** EXERCISE DIRECTIONS **
Copy nothing but the lines below running from the line containing "f 45 131 43" through the line containing "f 172 75 73", both end lines included.

** SUPPLIED RECORDS **

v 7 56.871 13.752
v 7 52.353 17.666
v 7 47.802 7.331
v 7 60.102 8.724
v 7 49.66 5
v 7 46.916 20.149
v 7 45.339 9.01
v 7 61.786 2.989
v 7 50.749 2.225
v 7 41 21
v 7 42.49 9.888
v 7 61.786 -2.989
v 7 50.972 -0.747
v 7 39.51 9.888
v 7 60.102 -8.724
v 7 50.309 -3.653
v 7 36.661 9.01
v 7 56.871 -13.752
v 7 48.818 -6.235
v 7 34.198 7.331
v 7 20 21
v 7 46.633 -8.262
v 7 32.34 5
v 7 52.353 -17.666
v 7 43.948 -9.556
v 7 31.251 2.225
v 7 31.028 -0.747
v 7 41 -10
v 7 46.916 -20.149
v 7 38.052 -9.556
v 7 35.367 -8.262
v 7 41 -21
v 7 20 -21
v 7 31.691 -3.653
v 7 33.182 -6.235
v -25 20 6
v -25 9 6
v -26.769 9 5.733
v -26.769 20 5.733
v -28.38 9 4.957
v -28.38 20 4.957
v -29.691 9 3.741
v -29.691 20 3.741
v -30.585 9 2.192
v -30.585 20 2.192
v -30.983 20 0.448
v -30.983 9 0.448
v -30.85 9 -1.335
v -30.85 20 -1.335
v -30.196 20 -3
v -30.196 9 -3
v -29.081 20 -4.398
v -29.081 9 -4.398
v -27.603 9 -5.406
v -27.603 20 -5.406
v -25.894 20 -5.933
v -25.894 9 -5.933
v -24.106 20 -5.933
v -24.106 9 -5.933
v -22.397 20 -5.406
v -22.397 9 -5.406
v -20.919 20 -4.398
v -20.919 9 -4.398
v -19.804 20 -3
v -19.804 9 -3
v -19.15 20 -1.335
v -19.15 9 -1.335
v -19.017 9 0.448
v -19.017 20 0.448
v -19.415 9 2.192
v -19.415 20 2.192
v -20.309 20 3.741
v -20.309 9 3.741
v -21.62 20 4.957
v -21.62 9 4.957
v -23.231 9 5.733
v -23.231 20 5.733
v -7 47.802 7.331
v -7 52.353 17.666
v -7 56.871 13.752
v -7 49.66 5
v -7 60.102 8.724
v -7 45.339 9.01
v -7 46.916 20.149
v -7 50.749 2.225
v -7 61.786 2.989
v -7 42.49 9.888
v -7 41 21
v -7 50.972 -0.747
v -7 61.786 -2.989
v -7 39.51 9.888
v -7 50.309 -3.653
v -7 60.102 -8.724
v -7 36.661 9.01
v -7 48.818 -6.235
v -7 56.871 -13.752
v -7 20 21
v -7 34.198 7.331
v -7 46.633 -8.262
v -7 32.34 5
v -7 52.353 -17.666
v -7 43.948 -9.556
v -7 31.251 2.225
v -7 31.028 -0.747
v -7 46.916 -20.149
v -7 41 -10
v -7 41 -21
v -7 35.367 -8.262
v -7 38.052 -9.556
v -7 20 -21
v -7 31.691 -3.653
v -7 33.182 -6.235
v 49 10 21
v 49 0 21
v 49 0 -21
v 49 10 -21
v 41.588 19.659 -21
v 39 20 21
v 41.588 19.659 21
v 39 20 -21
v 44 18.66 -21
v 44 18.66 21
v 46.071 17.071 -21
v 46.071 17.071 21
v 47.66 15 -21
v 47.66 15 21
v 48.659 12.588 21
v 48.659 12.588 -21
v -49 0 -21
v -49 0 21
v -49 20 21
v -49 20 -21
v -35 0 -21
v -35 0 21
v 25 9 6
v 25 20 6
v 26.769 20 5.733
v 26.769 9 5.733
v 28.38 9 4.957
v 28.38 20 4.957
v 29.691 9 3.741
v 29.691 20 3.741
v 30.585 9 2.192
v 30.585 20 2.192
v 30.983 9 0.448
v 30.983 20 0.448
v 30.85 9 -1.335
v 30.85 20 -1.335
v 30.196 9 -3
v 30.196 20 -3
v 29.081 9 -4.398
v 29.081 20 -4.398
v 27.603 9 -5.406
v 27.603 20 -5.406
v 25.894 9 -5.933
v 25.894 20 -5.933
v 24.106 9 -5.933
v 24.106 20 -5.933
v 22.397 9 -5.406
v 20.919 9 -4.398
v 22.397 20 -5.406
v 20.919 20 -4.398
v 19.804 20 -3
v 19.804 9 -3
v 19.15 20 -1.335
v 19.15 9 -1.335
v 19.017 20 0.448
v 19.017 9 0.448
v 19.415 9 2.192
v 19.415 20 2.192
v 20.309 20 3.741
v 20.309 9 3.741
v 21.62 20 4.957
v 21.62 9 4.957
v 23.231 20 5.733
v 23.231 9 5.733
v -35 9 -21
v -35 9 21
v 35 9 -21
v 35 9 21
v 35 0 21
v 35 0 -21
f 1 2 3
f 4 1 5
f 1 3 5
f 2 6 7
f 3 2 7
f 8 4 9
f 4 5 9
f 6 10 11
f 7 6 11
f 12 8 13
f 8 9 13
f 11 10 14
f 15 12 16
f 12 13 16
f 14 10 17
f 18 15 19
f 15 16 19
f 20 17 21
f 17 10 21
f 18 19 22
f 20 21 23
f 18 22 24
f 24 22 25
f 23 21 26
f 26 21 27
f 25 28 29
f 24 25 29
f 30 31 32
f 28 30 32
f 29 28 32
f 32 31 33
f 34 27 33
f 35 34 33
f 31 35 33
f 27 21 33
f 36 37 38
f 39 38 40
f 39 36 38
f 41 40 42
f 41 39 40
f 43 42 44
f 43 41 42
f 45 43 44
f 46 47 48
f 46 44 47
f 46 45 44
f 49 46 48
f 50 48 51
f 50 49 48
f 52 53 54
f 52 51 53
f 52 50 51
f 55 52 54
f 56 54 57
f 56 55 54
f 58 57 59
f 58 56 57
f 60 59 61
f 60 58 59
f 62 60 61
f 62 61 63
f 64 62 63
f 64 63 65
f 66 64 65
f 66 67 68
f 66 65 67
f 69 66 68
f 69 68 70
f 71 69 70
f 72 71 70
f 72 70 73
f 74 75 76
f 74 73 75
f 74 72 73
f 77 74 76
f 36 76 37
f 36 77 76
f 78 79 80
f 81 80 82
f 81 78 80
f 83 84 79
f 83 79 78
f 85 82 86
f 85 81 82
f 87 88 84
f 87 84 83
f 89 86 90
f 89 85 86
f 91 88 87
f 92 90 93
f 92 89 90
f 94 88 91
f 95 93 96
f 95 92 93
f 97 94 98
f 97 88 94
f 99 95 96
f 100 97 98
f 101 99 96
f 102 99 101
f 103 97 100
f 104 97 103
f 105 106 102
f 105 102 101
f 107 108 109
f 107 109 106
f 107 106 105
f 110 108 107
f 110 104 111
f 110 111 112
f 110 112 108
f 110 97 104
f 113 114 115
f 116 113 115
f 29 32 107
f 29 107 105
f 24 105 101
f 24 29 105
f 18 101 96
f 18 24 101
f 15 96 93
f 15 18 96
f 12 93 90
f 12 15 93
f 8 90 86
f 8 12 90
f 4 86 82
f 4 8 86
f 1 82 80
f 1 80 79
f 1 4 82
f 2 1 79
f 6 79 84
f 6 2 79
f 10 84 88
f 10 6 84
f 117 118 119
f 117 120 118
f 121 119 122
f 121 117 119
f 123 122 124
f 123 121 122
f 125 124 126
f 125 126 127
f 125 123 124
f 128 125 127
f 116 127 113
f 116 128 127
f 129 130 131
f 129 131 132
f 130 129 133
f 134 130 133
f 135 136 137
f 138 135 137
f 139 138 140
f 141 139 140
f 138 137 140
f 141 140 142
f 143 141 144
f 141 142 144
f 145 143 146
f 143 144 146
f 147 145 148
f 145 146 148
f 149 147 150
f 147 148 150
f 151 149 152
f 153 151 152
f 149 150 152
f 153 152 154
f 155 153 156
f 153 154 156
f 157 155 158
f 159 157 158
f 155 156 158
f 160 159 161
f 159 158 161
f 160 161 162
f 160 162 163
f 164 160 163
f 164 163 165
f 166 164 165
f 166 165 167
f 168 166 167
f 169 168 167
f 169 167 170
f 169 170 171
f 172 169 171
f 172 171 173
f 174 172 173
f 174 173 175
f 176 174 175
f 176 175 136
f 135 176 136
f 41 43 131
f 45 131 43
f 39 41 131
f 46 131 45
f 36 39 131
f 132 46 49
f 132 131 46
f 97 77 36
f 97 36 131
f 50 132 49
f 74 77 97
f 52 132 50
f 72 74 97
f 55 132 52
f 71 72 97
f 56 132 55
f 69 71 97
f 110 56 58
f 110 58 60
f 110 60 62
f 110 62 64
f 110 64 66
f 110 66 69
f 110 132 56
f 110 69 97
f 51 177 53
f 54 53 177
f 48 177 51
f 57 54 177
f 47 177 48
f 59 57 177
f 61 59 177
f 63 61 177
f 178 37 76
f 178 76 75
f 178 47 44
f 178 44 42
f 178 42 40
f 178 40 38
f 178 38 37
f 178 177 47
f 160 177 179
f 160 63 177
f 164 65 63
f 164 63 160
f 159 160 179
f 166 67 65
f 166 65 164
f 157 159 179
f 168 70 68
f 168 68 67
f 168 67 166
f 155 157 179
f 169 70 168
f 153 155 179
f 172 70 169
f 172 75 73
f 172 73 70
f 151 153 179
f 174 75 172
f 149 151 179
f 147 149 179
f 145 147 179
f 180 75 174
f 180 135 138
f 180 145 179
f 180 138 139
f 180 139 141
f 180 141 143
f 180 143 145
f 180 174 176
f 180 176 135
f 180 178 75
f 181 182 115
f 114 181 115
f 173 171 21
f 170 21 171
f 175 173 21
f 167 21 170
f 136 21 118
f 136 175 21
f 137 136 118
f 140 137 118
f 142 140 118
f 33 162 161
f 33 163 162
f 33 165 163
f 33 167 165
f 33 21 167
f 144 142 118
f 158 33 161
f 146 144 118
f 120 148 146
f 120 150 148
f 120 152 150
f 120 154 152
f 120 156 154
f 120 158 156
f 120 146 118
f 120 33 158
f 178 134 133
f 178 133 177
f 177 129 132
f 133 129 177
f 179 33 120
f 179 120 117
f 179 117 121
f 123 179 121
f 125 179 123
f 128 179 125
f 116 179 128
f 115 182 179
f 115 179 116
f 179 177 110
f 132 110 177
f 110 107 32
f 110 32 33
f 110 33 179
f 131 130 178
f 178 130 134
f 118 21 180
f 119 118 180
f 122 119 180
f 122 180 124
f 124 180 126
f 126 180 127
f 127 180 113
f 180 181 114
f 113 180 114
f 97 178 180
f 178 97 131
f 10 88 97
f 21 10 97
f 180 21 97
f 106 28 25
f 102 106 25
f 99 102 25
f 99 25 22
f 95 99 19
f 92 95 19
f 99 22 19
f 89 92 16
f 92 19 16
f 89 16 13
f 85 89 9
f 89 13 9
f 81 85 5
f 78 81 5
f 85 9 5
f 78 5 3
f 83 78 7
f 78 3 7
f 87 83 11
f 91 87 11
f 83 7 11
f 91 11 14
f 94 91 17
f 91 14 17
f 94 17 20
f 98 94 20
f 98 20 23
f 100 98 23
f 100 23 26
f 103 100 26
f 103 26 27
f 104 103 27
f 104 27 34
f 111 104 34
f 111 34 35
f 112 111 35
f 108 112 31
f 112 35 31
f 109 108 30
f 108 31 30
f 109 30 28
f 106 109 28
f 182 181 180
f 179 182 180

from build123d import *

# Parameters (mm, degrees)
SKETCH1_W           = 98
SKETCH1_H           = 42
BOSS_EXTRUDE1_DEPTH = 20
SKETCH2_W           = 70
SKETCH2_H           = 9
CUT_EXTRUDE1_DEPTH  = 68.564783726
SKETCH3_W           = 14
SKETCH3_H           = 42
BOSS_EXTRUDE2_DEPTH = 21
SKETCH4_R           = 21
BOSS_EXTRUDE3_DEPTH = 14
SKETCH5_R           = 6
CUT_EXTRUDE2_DEPTH  = 68.867518004
FILLET3_R           = 10
SKETCH6_R           = 10
CUT_EXTRUDE3_DEPTH  = 14


with BuildPart() as part:
    # Sketch1 → Boss-Extrude1 (new body)
    with BuildSketch(Plane(origin=(0, 0, 0), x_dir=(1, 0, 0), z_dir=(0, 1, 0))):
        Rectangle(SKETCH1_W, SKETCH1_H)
    extrude(amount=BOSS_EXTRUDE1_DEPTH)

    # Sketch2 → Cut-Extrude1 (cut, through all)
    with BuildSketch(Plane.XY.offset(21)):
        with Locations((0, 4.5)):
            Rectangle(SKETCH2_W, SKETCH2_H)
    extrude(amount=-CUT_EXTRUDE1_DEPTH, mode=Mode.SUBTRACT)

    # Sketch3 → Boss-Extrude2 (add)
    with BuildSketch(Plane(origin=(0, 20, 0), x_dir=(1, 0, 0), z_dir=(0, 1, 0))):
        Rectangle(SKETCH3_W, SKETCH3_H)
    extrude(amount=BOSS_EXTRUDE2_DEPTH)

    # Sketch4 → Boss-Extrude3 (add)
    with BuildSketch(Plane(origin=(7, 0, 0), x_dir=(0, 0, -1), z_dir=(1, 0, 0))):
        with Locations((0, 41)):
            Circle(SKETCH4_R)
    extrude(amount=-BOSS_EXTRUDE3_DEPTH)

    # Sketch5 → Cut-Extrude2 (cut, through all)
    with BuildSketch(Plane(origin=(0, 20, 0), x_dir=(1, 0, 0), z_dir=(0, 1, 0))):
        with Locations(Location((25, 0, 0), (0, 0, 270))):
            Circle(SKETCH5_R)
    cut_extrude2 = extrude(amount=-CUT_EXTRUDE2_DEPTH, mode=Mode.SUBTRACT)

    # Mirror1: Cut-Extrude2 across plane
    add(cut_extrude2.mirror(Plane(origin=(0, 0, 0), x_dir=(0, 0, 1), z_dir=(1, 0, 0))), mode=Mode.SUBTRACT)

    # Fillet3
    fillet3_edges = [part.edges().sort_by_distance(p)[0] for p in [
        (49, 20, 0),
    ]]
    fillet(fillet3_edges, radius=FILLET3_R)

    # Sketch6 → Cut-Extrude3 (cut)
    with BuildSketch(Plane(origin=(7, 0, 0), x_dir=(0, 0, -1), z_dir=(1, 0, 0))):
        with Locations((0, 41)):
            Circle(SKETCH6_R)
    extrude(amount=-CUT_EXTRUDE3_DEPTH, mode=Mode.SUBTRACT)


solid = part.part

** ANSWER SPACE **
f 45 131 43
f 39 41 131
f 46 131 45
f 36 39 131
f 132 46 49
f 132 131 46
f 97 77 36
f 97 36 131
f 50 132 49
f 74 77 97
f 52 132 50
f 72 74 97
f 55 132 52
f 71 72 97
f 56 132 55
f 69 71 97
f 110 56 58
f 110 58 60
f 110 60 62
f 110 62 64
f 110 64 66
f 110 66 69
f 110 132 56
f 110 69 97
f 51 177 53
f 54 53 177
f 48 177 51
f 57 54 177
f 47 177 48
f 59 57 177
f 61 59 177
f 63 61 177
f 178 37 76
f 178 76 75
f 178 47 44
f 178 44 42
f 178 42 40
f 178 40 38
f 178 38 37
f 178 177 47
f 160 177 179
f 160 63 177
f 164 65 63
f 164 63 160
f 159 160 179
f 166 67 65
f 166 65 164
f 157 159 179
f 168 70 68
f 168 68 67
f 168 67 166
f 155 157 179
f 169 70 168
f 153 155 179
f 172 70 169
f 172 75 73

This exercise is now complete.